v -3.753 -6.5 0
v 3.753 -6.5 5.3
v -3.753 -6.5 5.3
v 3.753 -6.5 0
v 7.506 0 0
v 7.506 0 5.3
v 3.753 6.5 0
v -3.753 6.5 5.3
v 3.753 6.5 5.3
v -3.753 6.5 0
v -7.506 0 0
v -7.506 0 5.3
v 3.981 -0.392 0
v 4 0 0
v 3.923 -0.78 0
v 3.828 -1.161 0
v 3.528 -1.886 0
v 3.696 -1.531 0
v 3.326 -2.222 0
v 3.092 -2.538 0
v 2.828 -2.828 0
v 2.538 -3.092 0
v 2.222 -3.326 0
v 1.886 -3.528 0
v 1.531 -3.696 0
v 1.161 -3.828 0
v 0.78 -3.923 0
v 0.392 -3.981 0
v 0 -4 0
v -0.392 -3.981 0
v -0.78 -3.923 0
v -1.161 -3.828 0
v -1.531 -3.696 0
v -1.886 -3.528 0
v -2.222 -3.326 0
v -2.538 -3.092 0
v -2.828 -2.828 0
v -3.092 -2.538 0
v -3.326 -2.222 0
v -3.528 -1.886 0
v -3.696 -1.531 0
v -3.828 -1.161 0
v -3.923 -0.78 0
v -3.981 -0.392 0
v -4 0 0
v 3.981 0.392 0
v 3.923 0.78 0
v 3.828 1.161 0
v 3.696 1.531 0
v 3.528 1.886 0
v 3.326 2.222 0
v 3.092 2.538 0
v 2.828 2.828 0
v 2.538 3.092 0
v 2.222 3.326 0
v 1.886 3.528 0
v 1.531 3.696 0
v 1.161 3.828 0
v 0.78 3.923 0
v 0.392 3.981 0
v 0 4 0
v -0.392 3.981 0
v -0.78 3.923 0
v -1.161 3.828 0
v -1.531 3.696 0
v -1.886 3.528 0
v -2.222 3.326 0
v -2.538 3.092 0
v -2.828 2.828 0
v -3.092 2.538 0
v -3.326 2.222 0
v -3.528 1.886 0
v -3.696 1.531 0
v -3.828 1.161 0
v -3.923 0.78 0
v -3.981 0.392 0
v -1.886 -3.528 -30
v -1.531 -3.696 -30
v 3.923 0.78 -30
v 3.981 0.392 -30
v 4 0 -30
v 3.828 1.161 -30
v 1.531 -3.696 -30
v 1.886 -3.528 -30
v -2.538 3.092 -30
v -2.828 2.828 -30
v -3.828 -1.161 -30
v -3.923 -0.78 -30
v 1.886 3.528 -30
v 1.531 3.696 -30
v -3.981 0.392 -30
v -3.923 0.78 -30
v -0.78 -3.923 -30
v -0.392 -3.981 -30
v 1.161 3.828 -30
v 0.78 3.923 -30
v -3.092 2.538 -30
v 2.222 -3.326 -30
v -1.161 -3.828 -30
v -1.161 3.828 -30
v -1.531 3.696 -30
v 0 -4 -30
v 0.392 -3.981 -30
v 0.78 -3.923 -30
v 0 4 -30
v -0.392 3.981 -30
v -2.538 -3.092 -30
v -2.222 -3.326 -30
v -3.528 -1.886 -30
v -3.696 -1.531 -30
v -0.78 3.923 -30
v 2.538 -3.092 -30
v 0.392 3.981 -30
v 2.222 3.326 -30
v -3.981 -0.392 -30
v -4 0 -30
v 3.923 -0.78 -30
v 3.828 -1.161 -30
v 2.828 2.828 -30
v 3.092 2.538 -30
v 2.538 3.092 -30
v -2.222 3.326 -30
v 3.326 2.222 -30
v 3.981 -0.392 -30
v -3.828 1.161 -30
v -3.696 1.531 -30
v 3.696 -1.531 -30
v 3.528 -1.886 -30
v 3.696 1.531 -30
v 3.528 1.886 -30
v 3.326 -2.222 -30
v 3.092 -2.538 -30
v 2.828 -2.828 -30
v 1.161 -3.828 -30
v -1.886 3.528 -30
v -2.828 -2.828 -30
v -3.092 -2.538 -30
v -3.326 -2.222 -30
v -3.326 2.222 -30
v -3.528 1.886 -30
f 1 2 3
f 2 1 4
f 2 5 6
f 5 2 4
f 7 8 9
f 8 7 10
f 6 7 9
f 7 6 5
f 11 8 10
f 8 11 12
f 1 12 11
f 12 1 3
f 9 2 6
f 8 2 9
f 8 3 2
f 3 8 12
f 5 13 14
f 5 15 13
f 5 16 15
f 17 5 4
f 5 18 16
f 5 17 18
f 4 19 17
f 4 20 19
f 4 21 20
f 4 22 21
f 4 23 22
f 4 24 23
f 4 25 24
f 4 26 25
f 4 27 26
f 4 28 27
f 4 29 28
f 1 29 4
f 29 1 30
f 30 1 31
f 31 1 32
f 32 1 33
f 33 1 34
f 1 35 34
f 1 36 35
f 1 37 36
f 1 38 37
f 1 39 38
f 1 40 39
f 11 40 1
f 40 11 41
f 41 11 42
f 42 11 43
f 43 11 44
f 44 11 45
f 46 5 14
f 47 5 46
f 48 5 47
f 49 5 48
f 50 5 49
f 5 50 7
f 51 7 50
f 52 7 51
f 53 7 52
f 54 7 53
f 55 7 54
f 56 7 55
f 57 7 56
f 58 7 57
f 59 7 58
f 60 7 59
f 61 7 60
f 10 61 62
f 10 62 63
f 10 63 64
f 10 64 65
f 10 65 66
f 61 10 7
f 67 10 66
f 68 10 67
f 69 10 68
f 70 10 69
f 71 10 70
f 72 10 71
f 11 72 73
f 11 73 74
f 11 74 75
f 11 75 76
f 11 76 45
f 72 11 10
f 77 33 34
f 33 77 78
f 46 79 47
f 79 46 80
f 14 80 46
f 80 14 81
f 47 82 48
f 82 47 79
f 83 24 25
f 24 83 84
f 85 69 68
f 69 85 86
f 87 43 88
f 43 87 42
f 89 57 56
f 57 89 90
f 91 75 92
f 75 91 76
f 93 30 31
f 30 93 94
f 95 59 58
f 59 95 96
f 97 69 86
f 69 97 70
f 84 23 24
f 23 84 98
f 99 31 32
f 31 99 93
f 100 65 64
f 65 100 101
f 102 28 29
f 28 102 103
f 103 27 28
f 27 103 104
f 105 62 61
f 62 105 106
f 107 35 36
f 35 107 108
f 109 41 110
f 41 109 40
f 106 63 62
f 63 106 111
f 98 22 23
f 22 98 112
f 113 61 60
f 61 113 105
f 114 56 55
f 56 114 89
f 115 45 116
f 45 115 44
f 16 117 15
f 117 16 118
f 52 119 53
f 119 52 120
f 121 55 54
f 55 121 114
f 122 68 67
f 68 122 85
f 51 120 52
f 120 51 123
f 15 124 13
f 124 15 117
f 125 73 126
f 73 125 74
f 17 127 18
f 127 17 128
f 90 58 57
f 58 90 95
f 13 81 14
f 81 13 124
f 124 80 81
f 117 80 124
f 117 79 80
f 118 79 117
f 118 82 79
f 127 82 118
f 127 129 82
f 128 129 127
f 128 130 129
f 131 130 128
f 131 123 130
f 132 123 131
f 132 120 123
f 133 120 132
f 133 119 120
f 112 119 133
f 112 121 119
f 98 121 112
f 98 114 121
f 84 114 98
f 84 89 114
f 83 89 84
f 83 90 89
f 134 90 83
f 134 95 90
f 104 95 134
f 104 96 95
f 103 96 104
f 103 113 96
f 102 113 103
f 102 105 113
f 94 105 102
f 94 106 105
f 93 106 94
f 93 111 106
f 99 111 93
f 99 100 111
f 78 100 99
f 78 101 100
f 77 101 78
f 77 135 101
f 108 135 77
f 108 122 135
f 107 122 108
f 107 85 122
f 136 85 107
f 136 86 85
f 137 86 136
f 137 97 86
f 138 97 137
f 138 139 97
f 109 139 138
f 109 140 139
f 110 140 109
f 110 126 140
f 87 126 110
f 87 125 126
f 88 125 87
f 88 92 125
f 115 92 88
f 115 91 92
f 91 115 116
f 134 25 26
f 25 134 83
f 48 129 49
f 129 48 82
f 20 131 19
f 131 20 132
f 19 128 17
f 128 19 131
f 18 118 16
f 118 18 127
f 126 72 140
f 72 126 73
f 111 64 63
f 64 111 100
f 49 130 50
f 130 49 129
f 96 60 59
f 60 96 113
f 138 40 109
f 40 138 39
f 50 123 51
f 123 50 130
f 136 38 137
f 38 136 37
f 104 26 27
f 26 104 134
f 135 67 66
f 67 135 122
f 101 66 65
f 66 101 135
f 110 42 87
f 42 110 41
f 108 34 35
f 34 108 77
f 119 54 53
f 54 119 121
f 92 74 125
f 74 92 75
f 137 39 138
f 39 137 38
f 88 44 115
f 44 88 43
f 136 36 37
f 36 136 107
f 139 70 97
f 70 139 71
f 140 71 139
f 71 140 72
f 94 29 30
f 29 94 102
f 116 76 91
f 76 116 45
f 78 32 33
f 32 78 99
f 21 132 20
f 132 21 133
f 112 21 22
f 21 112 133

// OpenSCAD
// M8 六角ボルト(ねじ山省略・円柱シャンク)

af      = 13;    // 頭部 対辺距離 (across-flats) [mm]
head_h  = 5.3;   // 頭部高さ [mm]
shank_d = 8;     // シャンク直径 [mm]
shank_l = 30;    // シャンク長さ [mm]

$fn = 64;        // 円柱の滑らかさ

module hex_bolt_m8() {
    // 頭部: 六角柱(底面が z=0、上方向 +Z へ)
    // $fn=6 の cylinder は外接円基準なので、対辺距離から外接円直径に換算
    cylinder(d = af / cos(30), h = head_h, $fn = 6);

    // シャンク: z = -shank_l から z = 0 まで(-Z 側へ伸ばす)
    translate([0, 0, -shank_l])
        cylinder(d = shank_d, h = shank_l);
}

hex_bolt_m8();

+--

Problem description —
Search the listing above for the lines with "v -0.392 -3.981 0" and "v -0.392 3.981 0", then output those lines and all lines between them exactly.

Result of the task —
v -0.392 -3.981 0
v -0.78 -3.923 0
v -1.161 -3.828 0
v -1.531 -3.696 0
v -1.886 -3.528 0
v -2.222 -3.326 0
v -2.538 -3.092 0
v -2.828 -2.828 0
v -3.092 -2.538 0
v -3.326 -2.222 0
v -3.528 -1.886 0
v -3.696 -1.531 0
v -3.828 -1.161 0
v -3.923 -0.78 0
v -3.981 -0.392 0
v -4 0 0
v 3.981 0.392 0
v 3.923 0.78 0
v 3.828 1.161 0
v 3.696 1.531 0
v 3.528 1.886 0
v 3.326 2.222 0
v 3.092 2.538 0
v 2.828 2.828 0
v 2.538 3.092 0
v 2.222 3.326 0
v 1.886 3.528 0
v 1.531 3.696 0
v 1.161 3.828 0
v 0.78 3.923 0
v 0.392 3.981 0
v 0 4 0
v -0.392 3.981 0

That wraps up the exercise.